Publishing books is a process that’s connected to knowledge, to creation, to goals that are important for the formation of any society. And that doesn’t happen in crowds, like at fairs, but rather in agreements and cooperation between serious people, people who understand the essence of the world
Man likes to be in a crowd. Fairs are the best places to satisfy that primal desire. Book fairs are both fairs and supermarkets, the purpose of which is to turn a quick profit, but also to sell poor quality goods. As with any fair – like the one in Šabac for example – it is an opportunity for people to meet, to brag, to swindle one another, to whinge about the situation in the state and society, to gossip about other people and dissenting voices, to drink something and to kill time. It’s a nonsensical, glittering place of instantly forgettable miracles. That’s why I don’t like those places.
I’ve given book fairs a wide berth, because they don’t have any special connection with culture. Due to the things that I’ve stated, they’re usually a form of false culture or nonculture. They are a meeting place for a crowd gathered from impaling stakes and nooses. One who is seeking something serious won’t find it there – except, of course, some serious and significant books. That’s simply because publishing books is a process that’s connected to knowledge, to creation, to goals that are important for the formation of any society. And that doesn’t happen in crowds, but rather in agreements and cooperation between serious people, people who understand the essence of the world, people who speak critically about our problems, weaknesses, failures, misconceptions, flaws and foolishness. Miroslav Krleža put it nicely: “It’s stinky in a crowd, but it’s warm”.
There are ever more editors lacking vision and aesthetic discipline. That’s why there are ever fewer good writers, because there are fewer great role models, and because of all that there are ever fewer sophisticated readers of literature
Serious creators and publishers should use their books – artistic, scientific and all other kinds – to navigate the world in the direction of the most significant thing man is able to create. That’s because books are instruments that prevent us from becoming slaves to stupidity and superficiality, though books contain most of that. If important topics are turned into “light pieces” in a nation, state and society, then the meaning of everything is lost, impotence in establishing a value system prevails, we are left unaware of who our role models are, our foundations and guides towards meaning, elegance and bravery.

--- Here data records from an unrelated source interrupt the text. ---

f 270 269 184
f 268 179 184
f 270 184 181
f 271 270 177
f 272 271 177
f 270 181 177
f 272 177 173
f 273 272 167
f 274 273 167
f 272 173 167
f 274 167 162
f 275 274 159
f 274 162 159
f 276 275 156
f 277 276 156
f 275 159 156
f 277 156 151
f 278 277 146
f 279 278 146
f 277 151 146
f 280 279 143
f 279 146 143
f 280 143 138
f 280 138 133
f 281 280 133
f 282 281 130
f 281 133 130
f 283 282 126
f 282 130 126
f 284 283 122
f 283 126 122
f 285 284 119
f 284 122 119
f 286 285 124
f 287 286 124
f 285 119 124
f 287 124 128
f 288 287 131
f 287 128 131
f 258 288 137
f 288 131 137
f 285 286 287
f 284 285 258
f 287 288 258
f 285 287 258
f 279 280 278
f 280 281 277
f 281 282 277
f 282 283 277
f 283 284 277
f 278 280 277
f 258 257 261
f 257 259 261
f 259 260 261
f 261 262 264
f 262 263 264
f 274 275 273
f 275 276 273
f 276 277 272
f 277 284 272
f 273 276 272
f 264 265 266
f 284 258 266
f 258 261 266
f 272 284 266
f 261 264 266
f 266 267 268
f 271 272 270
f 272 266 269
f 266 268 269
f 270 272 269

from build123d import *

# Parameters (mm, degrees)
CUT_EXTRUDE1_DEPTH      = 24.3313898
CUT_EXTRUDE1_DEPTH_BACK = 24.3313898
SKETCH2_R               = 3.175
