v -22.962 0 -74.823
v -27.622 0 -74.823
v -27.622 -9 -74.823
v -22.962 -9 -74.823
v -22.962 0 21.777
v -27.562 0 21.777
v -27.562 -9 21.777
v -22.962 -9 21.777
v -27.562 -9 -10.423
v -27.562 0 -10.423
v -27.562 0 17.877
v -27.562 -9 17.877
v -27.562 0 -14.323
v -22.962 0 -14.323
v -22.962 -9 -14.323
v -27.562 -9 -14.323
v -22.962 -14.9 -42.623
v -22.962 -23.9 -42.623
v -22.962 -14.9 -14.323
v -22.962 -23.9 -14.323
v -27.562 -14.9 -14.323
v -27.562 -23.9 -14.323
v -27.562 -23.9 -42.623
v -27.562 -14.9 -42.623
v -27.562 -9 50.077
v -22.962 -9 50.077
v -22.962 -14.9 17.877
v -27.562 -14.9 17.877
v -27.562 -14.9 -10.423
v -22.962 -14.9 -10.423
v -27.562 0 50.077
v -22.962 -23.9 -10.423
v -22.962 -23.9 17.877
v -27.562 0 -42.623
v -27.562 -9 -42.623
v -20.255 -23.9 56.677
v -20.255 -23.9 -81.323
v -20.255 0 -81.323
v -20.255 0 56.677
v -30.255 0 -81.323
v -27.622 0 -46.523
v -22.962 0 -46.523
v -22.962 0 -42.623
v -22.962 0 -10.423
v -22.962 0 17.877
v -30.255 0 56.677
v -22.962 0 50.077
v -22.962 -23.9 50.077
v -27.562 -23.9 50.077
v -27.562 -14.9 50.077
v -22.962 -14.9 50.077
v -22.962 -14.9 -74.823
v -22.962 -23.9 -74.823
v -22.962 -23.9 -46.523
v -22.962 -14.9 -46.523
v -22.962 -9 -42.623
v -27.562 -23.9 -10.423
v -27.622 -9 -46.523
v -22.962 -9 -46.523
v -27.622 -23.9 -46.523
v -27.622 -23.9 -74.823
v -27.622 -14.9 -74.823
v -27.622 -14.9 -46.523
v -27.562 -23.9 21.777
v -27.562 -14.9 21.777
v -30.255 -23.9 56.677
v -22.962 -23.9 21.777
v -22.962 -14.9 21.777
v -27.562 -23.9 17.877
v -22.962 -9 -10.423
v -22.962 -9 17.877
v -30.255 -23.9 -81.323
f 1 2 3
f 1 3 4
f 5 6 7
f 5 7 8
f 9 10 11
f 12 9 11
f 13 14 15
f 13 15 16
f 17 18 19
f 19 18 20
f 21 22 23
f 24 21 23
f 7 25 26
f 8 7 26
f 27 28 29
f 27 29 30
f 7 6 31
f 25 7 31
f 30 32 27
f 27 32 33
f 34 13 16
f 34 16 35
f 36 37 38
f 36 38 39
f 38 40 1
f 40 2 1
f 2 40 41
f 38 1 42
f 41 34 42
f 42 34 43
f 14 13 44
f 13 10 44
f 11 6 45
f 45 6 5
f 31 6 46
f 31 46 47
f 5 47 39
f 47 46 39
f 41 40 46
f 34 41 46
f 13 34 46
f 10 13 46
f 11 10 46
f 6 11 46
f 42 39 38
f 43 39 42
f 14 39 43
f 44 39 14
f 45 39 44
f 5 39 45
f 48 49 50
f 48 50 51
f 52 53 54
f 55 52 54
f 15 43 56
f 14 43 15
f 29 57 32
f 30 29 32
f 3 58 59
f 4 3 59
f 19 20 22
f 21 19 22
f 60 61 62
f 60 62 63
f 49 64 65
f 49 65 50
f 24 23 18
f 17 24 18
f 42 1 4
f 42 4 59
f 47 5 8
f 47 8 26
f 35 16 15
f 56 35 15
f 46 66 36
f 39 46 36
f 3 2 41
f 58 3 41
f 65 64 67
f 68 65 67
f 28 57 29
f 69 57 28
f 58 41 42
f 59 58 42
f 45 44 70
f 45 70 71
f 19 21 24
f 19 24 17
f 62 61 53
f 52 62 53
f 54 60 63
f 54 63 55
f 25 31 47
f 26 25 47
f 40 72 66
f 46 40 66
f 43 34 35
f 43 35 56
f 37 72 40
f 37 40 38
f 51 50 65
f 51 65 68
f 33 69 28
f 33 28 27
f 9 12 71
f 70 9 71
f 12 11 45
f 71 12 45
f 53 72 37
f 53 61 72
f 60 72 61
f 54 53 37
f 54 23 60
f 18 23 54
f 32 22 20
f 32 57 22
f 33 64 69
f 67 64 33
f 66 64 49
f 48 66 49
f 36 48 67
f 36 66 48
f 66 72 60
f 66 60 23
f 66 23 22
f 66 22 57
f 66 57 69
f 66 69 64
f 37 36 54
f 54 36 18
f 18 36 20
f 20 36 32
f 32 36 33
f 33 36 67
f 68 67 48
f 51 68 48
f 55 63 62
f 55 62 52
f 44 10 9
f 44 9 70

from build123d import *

# Parameters (mm, degrees)
F0_W     = 10
F0_H     = 138
F0_W_2   = 4.659399
F0_H_2   = 28.3
F0_W_3   = 4.6
F1_DEPTH = 11.95
F2_DEPTH = 9


with BuildPart() as f1:
    # F0 (on Front) → F1 (new body)
    with BuildSketch(Plane.XZ):
        with Locations((-25.254509, -12.323071)):
            Rectangle(F0_W, F0_H)
        with Locations((-25.291808, -60.673071)):
            Rectangle(F0_W_2, F0_H_2, mode=Mode.SUBTRACT)
        Polygon((-27.562109, -41.183438), (-27.562109, -14.323071), (-22.962109, -14.323071), (-22.962109, -42.623071), (-27.562109, -42.623071), align=None, mode=Mode.SUBTRACT)
        with Locations((-25.262109, 3.726929)):
            Rectangle(F0_W_3, F0_H_2, mode=Mode.SUBTRACT)
        with Locations((-25.262109, 35.926929)):
            Rectangle(F0_W_3, F0_H_2, mode=Mode.SUBTRACT)
        with Locations((-25.262109, 35.926929)):
            Rectangle(F0_W_3, F0_H_2)
        with Locations((-25.262109, 3.726929)):
            Rectangle(F0_W_3, F0_H_2)
        Polygon((-22.962109, -14.323071), (-27.562109, -14.323071), (-27.562109, -41.183438), (-27.562109, -42.623071), (-22.962109, -42.623071), align=None)
        with Locations((-25.291808, -60.673071)):
            Rectangle(F0_W_2, F0_H_2)
    extrude(amount=F1_DEPTH)

    # F0 (on Front) → F2 (cut)
    with BuildSketch(Plane.XZ):
        with Locations((-25.262109, 35.926929)):
            Rectangle(F0_W_3, F0_H_2)
        with Locations((-25.262109, 3.726929)):
            Rectangle(F0_W_3, F0_H_2)
        Polygon((-22.962109, -14.323071), (-27.562109, -14.323071), (-27.562109, -41.183438), (-27.562109, -42.623071), (-22.962109, -42.623071), align=None)
        with Locations((-25.291808, -60.673071)):
            Rectangle(F0_W_2, F0_H_2)
    extrude(amount=F2_DEPTH, mode=Mode.SUBTRACT)

    # F3: F1 across face


with BuildPart() as f1_1:
    add(f1.part)
    add(f1.part.mirror(Plane(origin=(-25.254509, -11.95, -12.323071), x_dir=(1, 0, 0), z_dir=(0, -1, 0))))


solid = f1_1.part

A large quantity of books are published in our country today. But a question arises as to the quality of those books. The quality of published books is dependent on the level of education and creativity of editors in publishing houses. This is the number one problem and issue in publishing. There are ever more editors lacking vision and aesthetic discipline. That’s why there are ever fewer good writers, because there are fewer great role models, and because of all that there are ever fewer sophisticated readers of literature. This sequence and progression is considered ever less today, because a high-quality reader creates a new high-quality reader. That’s the only route to enduring values. Culture is the golden chain of meaning that connects us, and not the chains that restrain us. This is discussed ever less in our country and around the world today, because the book has become a consumable product and not a spirit over the waters of a transitory world. A time will come when the greatest works of literature are longer read. And man’s taste will thus be corrupted, criteria will decay, and the world will be in the hands of insignificance and banality. And then man, as a former creative being, will lose the meaning of his existence. Those will be “hollow people” who trapse around the bazaars and fairs of a foreign world.